• _Work request_
Please keep to the lines below from the one with "e2 v2 v3 LINE" through the one with "e13 v11 v12 LINE", and restate them word for word, ends included.

• _Collected data_
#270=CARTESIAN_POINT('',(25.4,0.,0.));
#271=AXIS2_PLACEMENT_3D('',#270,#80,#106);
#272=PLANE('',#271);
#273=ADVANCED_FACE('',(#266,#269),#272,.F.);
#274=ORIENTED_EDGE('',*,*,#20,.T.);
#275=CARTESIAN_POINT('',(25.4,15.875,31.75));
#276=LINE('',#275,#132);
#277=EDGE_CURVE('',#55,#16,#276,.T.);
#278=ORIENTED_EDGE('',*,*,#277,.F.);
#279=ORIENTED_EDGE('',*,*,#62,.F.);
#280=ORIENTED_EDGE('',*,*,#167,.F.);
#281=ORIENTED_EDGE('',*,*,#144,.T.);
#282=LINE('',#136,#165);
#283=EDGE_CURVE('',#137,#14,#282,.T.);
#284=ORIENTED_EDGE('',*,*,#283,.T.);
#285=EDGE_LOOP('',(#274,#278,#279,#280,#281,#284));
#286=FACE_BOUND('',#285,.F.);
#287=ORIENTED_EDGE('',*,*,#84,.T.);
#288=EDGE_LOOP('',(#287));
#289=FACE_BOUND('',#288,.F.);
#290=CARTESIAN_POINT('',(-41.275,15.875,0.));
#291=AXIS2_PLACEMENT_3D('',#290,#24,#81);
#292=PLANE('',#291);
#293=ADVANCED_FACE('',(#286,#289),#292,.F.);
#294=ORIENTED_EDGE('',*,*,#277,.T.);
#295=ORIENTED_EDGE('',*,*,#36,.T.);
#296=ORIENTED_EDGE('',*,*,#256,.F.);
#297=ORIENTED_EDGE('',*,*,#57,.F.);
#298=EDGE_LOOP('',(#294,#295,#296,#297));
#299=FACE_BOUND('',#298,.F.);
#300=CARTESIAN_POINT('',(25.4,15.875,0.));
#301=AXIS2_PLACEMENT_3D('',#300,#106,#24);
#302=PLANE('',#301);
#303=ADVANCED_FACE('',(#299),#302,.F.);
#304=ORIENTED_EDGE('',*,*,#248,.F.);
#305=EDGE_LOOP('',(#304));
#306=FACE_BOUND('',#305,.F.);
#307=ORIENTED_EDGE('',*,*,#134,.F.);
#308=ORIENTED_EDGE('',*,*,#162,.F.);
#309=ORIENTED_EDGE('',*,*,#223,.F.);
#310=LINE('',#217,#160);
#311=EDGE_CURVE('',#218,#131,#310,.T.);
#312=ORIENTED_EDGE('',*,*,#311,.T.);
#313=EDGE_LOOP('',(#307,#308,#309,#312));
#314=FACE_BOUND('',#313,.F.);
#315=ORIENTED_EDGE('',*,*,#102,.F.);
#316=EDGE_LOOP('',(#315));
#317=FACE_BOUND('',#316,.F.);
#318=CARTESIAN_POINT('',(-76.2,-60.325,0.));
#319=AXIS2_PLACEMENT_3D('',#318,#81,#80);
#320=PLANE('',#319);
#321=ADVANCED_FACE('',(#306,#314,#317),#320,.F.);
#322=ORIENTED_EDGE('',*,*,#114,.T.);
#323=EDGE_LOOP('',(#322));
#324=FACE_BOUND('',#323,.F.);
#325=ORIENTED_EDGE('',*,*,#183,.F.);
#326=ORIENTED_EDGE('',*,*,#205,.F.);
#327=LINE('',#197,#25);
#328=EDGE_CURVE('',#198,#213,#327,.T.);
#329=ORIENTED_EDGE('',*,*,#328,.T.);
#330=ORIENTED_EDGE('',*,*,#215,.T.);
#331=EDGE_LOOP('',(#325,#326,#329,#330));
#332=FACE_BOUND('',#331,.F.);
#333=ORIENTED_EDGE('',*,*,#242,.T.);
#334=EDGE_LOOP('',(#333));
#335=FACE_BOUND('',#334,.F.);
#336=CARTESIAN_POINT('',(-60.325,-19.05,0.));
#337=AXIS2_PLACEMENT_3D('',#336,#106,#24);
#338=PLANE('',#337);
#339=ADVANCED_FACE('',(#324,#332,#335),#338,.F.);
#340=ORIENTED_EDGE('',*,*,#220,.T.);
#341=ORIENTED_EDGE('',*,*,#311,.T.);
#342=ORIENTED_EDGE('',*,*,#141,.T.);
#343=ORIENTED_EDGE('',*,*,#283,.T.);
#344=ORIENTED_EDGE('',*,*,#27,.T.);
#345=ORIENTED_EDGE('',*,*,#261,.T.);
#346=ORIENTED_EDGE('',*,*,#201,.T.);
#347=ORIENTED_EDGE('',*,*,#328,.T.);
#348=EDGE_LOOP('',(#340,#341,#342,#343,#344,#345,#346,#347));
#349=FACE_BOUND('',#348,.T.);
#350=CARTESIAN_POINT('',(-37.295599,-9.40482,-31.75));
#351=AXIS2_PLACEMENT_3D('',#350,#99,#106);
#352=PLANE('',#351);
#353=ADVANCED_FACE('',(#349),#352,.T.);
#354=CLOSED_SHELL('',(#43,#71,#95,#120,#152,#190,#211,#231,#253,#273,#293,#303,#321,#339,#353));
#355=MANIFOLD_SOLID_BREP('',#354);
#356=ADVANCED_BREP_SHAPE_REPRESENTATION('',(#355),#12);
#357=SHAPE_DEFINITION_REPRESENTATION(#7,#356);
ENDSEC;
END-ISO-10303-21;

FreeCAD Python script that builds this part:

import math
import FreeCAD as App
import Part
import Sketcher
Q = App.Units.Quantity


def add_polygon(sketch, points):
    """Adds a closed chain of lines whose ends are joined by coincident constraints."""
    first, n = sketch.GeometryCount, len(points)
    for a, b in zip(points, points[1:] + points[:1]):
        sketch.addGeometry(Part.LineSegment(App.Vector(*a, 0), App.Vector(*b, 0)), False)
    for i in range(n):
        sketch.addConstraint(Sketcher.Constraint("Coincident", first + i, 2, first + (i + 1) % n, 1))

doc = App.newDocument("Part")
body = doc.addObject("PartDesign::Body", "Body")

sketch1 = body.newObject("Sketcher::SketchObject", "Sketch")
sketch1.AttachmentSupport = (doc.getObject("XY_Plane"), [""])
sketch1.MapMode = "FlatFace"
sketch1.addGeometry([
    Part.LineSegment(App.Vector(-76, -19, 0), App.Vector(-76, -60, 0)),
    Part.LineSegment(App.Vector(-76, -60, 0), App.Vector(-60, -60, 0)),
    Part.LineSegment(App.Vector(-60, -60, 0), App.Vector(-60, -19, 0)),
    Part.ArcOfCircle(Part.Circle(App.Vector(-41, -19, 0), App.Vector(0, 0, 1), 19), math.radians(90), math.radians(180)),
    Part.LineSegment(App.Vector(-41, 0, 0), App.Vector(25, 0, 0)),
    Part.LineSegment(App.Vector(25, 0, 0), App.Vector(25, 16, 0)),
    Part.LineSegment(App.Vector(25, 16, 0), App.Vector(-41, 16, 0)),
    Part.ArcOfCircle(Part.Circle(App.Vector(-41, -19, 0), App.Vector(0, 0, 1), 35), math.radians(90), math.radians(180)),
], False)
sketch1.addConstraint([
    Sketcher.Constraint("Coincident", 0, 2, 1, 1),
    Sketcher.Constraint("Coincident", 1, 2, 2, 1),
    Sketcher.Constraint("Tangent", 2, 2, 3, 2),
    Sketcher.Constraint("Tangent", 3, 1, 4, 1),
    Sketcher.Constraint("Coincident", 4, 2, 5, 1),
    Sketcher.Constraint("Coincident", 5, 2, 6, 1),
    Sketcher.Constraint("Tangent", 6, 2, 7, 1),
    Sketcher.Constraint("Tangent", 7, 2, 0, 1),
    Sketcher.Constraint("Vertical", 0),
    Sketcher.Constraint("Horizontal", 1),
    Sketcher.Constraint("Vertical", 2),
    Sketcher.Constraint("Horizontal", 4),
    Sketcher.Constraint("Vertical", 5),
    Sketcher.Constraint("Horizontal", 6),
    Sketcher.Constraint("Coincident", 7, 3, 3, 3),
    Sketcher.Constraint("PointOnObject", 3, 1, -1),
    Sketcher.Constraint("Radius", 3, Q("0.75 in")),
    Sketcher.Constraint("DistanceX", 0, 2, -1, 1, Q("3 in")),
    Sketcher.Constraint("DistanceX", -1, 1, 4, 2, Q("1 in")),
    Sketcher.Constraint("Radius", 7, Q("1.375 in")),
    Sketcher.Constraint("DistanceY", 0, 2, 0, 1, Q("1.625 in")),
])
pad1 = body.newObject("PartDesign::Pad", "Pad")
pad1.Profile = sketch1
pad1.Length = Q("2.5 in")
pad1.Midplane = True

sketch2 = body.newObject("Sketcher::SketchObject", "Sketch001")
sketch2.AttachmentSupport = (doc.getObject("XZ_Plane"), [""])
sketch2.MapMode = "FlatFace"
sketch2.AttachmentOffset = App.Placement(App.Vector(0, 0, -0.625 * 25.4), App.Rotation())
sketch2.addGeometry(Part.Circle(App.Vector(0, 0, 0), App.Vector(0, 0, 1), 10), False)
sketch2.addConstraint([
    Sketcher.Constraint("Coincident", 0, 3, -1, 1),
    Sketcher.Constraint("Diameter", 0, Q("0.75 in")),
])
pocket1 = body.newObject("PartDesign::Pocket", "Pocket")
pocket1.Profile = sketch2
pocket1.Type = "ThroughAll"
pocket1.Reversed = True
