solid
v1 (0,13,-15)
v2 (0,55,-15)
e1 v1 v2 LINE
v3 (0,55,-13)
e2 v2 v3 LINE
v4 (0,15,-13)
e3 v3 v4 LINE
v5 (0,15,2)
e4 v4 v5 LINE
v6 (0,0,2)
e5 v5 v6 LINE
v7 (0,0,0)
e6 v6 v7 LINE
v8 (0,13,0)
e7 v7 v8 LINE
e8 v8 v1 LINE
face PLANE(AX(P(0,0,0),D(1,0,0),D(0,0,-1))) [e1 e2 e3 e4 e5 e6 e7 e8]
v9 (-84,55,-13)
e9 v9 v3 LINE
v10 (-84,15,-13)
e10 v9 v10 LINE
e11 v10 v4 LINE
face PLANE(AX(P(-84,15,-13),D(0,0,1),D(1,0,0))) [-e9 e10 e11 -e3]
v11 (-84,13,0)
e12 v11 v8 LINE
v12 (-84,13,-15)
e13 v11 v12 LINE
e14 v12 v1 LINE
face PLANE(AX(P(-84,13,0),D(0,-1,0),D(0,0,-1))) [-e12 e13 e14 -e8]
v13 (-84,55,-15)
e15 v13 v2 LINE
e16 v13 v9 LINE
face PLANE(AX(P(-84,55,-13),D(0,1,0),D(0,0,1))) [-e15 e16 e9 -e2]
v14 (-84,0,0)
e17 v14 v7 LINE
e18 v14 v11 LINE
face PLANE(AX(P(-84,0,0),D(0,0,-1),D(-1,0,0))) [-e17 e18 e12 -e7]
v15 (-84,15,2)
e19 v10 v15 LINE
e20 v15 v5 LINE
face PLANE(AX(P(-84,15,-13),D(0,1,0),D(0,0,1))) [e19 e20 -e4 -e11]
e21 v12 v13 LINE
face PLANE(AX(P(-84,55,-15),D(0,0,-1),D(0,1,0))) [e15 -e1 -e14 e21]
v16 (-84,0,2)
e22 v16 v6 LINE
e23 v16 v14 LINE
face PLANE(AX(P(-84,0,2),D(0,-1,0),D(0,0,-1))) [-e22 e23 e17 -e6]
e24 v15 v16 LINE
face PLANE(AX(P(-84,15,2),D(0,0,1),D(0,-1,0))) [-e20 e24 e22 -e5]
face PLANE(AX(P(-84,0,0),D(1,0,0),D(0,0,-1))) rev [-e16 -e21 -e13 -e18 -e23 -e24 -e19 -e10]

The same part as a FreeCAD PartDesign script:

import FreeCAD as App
import Part
import Sketcher
from FreeCAD import Vector

doc = App.newDocument("Part")
body = doc.addObject("PartDesign::Body", "Body")

sketch1 = body.newObject("Sketcher::SketchObject", "Sketch")
sketch1.AttachmentSupport = (doc.getObject("YZ_Plane"), [""])
sketch1.MapMode = "FlatFace"
sketch1.addGeometry(Part.LineSegment(Vector(0, 0, 0), Vector(13, 0, 0)), False)
sketch1.addGeometry(Part.LineSegment(Vector(13, 0, 0), Vector(13, -15, 0)), False)
sketch1.addGeometry(Part.LineSegment(Vector(13, -15, 0), Vector(55, -15, 0)), False)
sketch1.addGeometry(Part.LineSegment(Vector(55, -15, 0), Vector(55, -13, 0)), False)
sketch1.addGeometry(Part.LineSegment(Vector(55, -13, 0), Vector(15, -13, 0)), False)
sketch1.addGeometry(Part.LineSegment(Vector(15, -13, 0), Vector(15, 2, 0)), False)
sketch1.addGeometry(Part.LineSegment(Vector(15, 2, 0), Vector(0, 2, 0)), False)
sketch1.addGeometry(Part.LineSegment(Vector(0, 2, 0), Vector(0, 0, 0)), False)
sketch1.addConstraint(Sketcher.Constraint("Coincident", 0, 2, 1, 1))
sketch1.addConstraint(Sketcher.Constraint("Coincident", 1, 2, 2, 1))
sketch1.addConstraint(Sketcher.Constraint("Coincident", 2, 2, 3, 1))
sketch1.addConstraint(Sketcher.Constraint("Coincident", 3, 2, 4, 1))
sketch1.addConstraint(Sketcher.Constraint("Coincident", 4, 2, 5, 1))
sketch1.addConstraint(Sketcher.Constraint("Coincident", 5, 2, 6, 1))
sketch1.addConstraint(Sketcher.Constraint("Coincident", 6, 2, 7, 1))
sketch1.addConstraint(Sketcher.Constraint("Coincident", 7, 2, 0, 1))
sketch1.addConstraint(Sketcher.Constraint("Horizontal", 0))
sketch1.addConstraint(Sketcher.Constraint("Vertical", 1))
sketch1.addConstraint(Sketcher.Constraint("Horizontal", 2))
sketch1.addConstraint(Sketcher.Constraint("Vertical", 3))
sketch1.addConstraint(Sketcher.Constraint("Horizontal", 4))
sketch1.addConstraint(Sketcher.Constraint("Vertical", 5))
sketch1.addConstraint(Sketcher.Constraint("Horizontal", 6))
sketch1.addConstraint(Sketcher.Constraint("Vertical", 7))
sketch1.addConstraint(Sketcher.Constraint("Coincident", 7, 2, -1, 1))
sketch1.addConstraint(Sketcher.Constraint("Equal", 6, 1))
sketch1.addConstraint(Sketcher.Constraint("Equal", 1, 5))
sketch1.addConstraint(Sketcher.Constraint("DistanceX", 0, 1, 0, 2, 13.0))
sketch1.addConstraint(Sketcher.Constraint("DistanceX", 2, 1, 2, 2, 42.0))
sketch1.addConstraint(Sketcher.Constraint("DistanceX", 4, 2, 4, 1, 40.0))
sketch1.addConstraint(Sketcher.Constraint("DistanceY", 3, 1, 3, 2, 2.0))
pad1 = body.newObject("PartDesign::Pad", "Pad")
pad1.Profile = sketch1
pad1.Length = 84
pad1.Reversed = True

doc.recompute()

• _Your response_
e2 v2 v3 LINE
v4 (0,15,-13)
e3 v3 v4 LINE
v5 (0,15,2)
e4 v4 v5 LINE
v6 (0,0,2)
e5 v5 v6 LINE
v7 (0,0,0)
e6 v6 v7 LINE
v8 (0,13,0)
e7 v7 v8 LINE
e8 v8 v1 LINE
face PLANE(AX(P(0,0,0),D(1,0,0),D(0,0,-1))) [e1 e2 e3 e4 e5 e6 e7 e8]
v9 (-84,55,-13)
e9 v9 v3 LINE
v10 (-84,15,-13)
e10 v9 v10 LINE
e11 v10 v4 LINE
face PLANE(AX(P(-84,15,-13),D(0,0,1),D(1,0,0))) [-e9 e10 e11 -e3]
v11 (-84,13,0)
e12 v11 v8 LINE
v12 (-84,13,-15)
e13 v11 v12 LINE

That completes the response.